[ACTIVITY] Somewhere below are a line with "f 177 204 205" and a later line with "f 116 169 115". Output exactly those lines and all lines between them.

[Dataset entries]

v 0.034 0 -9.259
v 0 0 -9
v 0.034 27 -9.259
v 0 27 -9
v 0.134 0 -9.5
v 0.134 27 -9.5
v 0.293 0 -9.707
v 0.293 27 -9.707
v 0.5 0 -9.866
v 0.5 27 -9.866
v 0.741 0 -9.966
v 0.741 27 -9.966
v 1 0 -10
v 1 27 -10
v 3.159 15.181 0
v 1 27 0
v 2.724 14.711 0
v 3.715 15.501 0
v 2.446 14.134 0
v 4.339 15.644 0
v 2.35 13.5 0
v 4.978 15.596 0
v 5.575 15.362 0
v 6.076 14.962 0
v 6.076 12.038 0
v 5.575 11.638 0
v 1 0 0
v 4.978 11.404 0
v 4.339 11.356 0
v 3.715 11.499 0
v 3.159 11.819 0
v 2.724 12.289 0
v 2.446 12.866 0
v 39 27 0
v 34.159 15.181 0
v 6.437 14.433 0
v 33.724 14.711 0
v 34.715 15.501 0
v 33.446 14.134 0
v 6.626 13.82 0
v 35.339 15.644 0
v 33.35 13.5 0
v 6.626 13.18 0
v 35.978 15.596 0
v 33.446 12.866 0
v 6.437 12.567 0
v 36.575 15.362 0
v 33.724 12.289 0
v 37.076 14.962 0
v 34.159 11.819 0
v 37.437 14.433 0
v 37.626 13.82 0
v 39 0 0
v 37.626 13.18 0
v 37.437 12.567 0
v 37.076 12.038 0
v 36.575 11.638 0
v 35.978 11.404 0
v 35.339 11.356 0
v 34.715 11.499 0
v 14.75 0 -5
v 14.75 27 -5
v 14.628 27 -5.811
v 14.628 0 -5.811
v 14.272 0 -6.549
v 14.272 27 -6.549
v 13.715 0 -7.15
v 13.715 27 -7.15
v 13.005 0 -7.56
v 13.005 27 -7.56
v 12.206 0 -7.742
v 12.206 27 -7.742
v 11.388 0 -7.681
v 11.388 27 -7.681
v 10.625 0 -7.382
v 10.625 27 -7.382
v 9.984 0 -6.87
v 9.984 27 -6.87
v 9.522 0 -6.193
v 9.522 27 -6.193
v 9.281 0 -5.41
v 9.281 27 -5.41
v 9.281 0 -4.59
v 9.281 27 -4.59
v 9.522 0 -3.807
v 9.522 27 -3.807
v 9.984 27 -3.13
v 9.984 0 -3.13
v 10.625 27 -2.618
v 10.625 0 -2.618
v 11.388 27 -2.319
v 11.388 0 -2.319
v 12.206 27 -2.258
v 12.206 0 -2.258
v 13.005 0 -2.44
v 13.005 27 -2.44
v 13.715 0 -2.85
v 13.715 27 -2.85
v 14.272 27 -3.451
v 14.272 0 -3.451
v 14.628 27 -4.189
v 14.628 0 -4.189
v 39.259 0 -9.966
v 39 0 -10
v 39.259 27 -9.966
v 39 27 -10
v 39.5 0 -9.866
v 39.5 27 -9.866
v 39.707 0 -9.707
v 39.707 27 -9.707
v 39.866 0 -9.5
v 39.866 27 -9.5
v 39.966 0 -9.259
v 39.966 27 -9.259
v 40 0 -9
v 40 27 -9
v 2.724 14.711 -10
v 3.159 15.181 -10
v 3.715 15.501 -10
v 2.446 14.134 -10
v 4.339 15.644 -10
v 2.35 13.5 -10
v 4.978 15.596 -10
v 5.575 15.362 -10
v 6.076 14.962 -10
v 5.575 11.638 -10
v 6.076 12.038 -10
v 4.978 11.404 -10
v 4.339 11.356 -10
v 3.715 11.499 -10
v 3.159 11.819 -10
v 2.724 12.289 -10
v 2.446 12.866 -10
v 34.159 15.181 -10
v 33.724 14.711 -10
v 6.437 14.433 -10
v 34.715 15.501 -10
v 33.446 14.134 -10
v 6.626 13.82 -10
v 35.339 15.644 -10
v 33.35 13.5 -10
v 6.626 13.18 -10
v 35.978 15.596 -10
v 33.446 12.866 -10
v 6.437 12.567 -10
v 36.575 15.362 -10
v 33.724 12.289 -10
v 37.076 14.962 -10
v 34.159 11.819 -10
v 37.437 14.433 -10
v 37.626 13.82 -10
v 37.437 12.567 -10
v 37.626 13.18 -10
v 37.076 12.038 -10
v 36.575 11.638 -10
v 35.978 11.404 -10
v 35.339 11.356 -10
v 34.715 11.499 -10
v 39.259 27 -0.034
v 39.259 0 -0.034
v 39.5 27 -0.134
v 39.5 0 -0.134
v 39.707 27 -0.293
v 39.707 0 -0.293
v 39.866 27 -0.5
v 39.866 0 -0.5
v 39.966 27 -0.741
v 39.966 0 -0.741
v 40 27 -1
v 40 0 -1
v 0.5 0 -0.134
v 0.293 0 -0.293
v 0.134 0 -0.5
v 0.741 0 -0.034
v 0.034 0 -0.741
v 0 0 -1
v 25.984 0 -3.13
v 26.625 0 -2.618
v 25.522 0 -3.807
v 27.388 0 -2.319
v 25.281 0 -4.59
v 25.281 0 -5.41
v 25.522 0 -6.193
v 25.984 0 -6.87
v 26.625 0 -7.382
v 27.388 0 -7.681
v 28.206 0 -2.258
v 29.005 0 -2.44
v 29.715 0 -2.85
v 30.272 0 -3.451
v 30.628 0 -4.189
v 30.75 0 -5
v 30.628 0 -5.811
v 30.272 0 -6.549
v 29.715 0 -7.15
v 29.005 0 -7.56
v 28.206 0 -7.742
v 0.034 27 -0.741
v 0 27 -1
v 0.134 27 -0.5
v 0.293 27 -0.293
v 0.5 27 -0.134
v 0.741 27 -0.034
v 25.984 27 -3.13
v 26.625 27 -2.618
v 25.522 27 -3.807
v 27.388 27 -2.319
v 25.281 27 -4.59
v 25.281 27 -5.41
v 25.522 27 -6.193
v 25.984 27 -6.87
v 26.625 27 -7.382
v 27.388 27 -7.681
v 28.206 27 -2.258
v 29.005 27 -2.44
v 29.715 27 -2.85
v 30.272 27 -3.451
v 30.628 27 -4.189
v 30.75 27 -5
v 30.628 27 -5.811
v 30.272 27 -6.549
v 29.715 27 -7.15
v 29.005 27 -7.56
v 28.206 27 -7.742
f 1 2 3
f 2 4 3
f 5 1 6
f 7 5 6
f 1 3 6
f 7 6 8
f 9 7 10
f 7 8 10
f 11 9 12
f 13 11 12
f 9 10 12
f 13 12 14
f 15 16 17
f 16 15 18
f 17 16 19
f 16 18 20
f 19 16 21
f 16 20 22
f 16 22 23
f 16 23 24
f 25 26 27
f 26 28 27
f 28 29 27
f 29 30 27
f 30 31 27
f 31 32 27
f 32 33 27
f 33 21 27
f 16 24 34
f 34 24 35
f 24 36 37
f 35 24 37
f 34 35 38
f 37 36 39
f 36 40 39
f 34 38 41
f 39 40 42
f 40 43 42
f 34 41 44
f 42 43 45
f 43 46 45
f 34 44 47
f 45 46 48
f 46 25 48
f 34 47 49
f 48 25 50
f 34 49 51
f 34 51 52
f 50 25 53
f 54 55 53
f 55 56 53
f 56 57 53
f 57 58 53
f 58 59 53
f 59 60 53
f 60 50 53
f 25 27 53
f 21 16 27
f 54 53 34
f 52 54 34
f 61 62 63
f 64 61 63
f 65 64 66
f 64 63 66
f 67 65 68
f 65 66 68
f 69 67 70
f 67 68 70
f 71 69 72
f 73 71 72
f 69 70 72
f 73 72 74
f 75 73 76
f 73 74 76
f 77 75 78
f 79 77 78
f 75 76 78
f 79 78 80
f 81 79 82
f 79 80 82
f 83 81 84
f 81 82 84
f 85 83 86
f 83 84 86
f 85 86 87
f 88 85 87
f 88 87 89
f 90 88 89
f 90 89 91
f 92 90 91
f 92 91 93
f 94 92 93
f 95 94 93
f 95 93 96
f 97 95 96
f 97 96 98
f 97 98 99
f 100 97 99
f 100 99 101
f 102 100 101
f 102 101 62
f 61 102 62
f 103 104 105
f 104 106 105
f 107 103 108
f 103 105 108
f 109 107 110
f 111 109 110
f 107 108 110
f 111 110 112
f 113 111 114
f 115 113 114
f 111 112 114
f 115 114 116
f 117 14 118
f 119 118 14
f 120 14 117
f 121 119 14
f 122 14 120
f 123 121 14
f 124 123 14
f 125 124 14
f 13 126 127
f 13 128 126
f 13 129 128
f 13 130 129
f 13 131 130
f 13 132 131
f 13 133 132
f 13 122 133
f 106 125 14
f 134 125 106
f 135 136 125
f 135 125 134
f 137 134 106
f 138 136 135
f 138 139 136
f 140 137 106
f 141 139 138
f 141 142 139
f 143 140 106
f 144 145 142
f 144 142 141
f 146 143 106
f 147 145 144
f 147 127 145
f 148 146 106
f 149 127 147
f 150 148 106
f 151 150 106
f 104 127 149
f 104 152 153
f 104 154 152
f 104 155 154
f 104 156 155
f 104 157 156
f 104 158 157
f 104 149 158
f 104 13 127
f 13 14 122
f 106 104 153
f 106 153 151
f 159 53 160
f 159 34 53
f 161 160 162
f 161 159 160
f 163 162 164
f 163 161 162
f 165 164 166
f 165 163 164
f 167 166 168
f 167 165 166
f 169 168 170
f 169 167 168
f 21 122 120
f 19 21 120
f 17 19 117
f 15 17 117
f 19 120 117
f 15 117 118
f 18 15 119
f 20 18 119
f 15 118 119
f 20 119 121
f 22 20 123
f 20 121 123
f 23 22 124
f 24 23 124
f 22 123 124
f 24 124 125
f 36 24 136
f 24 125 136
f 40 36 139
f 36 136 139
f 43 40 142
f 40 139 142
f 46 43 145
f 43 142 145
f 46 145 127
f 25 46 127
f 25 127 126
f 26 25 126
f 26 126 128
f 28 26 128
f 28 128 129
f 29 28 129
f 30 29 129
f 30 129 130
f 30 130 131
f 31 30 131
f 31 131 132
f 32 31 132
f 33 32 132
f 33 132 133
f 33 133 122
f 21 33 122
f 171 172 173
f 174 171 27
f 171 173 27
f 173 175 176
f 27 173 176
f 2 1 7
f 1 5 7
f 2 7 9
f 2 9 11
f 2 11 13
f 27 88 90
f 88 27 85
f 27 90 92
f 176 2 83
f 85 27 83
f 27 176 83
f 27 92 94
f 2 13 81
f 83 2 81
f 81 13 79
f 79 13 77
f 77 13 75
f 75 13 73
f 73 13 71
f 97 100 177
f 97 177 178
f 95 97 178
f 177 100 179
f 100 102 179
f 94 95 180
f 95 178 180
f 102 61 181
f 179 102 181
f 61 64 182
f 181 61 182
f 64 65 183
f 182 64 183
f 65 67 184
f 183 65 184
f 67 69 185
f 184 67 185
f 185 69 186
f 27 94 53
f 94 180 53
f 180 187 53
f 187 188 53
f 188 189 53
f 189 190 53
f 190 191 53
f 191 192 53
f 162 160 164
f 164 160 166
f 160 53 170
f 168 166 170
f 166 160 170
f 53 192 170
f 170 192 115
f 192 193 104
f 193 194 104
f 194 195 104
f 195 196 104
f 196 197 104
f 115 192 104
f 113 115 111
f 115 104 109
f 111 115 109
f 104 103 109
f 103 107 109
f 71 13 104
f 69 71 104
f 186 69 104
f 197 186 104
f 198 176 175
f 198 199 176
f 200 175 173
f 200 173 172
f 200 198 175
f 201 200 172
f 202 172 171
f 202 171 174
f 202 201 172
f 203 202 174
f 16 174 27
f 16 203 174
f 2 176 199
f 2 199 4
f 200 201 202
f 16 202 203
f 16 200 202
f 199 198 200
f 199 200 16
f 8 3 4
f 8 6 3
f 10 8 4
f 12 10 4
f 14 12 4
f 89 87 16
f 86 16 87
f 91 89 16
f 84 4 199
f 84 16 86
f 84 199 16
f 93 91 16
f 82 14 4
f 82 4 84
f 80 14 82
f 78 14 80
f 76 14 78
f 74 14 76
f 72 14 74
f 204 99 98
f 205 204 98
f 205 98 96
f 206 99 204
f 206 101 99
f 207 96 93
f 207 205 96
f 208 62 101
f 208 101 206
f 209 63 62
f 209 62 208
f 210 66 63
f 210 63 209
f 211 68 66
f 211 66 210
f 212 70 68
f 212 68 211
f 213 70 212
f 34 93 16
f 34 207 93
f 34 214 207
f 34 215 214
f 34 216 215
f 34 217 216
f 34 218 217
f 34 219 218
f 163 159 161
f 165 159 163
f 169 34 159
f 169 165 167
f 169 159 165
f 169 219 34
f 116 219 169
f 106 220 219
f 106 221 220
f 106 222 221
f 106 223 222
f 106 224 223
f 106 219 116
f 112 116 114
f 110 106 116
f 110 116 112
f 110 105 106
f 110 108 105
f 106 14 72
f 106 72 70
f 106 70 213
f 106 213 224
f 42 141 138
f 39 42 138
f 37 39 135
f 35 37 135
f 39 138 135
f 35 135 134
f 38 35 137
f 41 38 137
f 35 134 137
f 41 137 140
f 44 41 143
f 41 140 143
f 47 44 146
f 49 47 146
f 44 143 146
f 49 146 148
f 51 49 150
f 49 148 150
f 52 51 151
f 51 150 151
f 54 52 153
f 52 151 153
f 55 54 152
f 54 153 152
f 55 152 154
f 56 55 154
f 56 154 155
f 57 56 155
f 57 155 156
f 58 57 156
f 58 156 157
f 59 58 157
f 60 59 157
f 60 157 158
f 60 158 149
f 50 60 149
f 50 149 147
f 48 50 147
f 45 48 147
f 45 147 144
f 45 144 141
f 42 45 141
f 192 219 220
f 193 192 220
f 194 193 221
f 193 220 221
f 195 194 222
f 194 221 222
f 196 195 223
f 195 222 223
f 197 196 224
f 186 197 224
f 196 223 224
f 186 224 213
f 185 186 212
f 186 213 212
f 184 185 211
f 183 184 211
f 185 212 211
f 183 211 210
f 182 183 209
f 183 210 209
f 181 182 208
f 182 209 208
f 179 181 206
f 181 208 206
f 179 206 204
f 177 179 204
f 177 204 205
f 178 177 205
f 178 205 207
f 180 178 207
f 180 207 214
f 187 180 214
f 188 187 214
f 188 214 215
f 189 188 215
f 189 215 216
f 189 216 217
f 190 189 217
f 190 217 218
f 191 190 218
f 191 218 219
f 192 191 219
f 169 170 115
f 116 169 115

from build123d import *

# Parameters (mm, degrees)
SKETCH1_W               = 40
SKETCH1_H               = 10
BOSS_EXTRUDE1_DEPTH     = 27
SKETCH4_R               = 2.15
CUT_EXTRUDE1_DEPTH      = 1
CUT_EXTRUDE1_DEPTH_BACK = 11
FILLET1_R               = 1
SKETCH5_R               = 2.75
CUT_EXTRUDE2_DEPTH      = 1
CUT_EXTRUDE2_DEPTH_BACK = 28


with BuildPart() as part:
    # Sketch1 → Boss-Extrude1 (new body)
    with BuildSketch(Plane(origin=(0, 0, 0), x_dir=(1, 0, 0), z_dir=(0, 1, 0))):
        with Locations((20, 5)):
            Rectangle(SKETCH1_W, SKETCH1_H)
    extrude(amount=BOSS_EXTRUDE1_DEPTH)

    # Sketch4 → Cut-Extrude1 (cut, two sides)
    with BuildSketch(Plane(origin=(0, 0, -10), x_dir=(-1, 0, 0), z_dir=(0, 0, -1))) as cut_extrude1_sk:
        with Locations((-35.5, 13.5)):
            Circle(SKETCH4_R)
        with Locations((-4.5, 13.5)):
            Circle(SKETCH4_R)
    extrude(amount=CUT_EXTRUDE1_DEPTH, mode=Mode.SUBTRACT)
    extrude(cut_extrude1_sk.sketch, amount=-CUT_EXTRUDE1_DEPTH_BACK, mode=Mode.SUBTRACT)

    # Fillet1
    fillet1_edges = [part.edges().sort_by_distance(p)[0] for p in [
        (0, 13.5, -10),
        (40, 13.5, -10),
        (40, 13.5, 0),
        (0, 13.5, 0),
    ]]
    fillet(fillet1_edges, radius=FILLET1_R)

    # Sketch5 → Cut-Extrude2 (cut, two sides)
    with BuildSketch(Plane(origin=(0, 27, 0), x_dir=(1, 0, 0), z_dir=(0, 1, 0))) as cut_extrude2_sk:
        with Locations((12, 5)):
            Circle(SKETCH5_R)
        with Locations((28, 5)):
            Circle(SKETCH5_R)
    extrude(amount=CUT_EXTRUDE2_DEPTH, mode=Mode.SUBTRACT)
    extrude(cut_extrude2_sk.sketch, amount=-CUT_EXTRUDE2_DEPTH_BACK, mode=Mode.SUBTRACT)


solid = part.part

[EXERCISE SOLUTION]
f 177 204 205
f 178 177 205
f 178 205 207
f 180 178 207
f 180 207 214
f 187 180 214
f 188 187 214
f 188 214 215
f 189 188 215
f 189 215 216
f 189 216 217
f 190 189 217
f 190 217 218
f 191 190 218
f 191 218 219
f 192 191 219
f 169 170 115
f 116 169 115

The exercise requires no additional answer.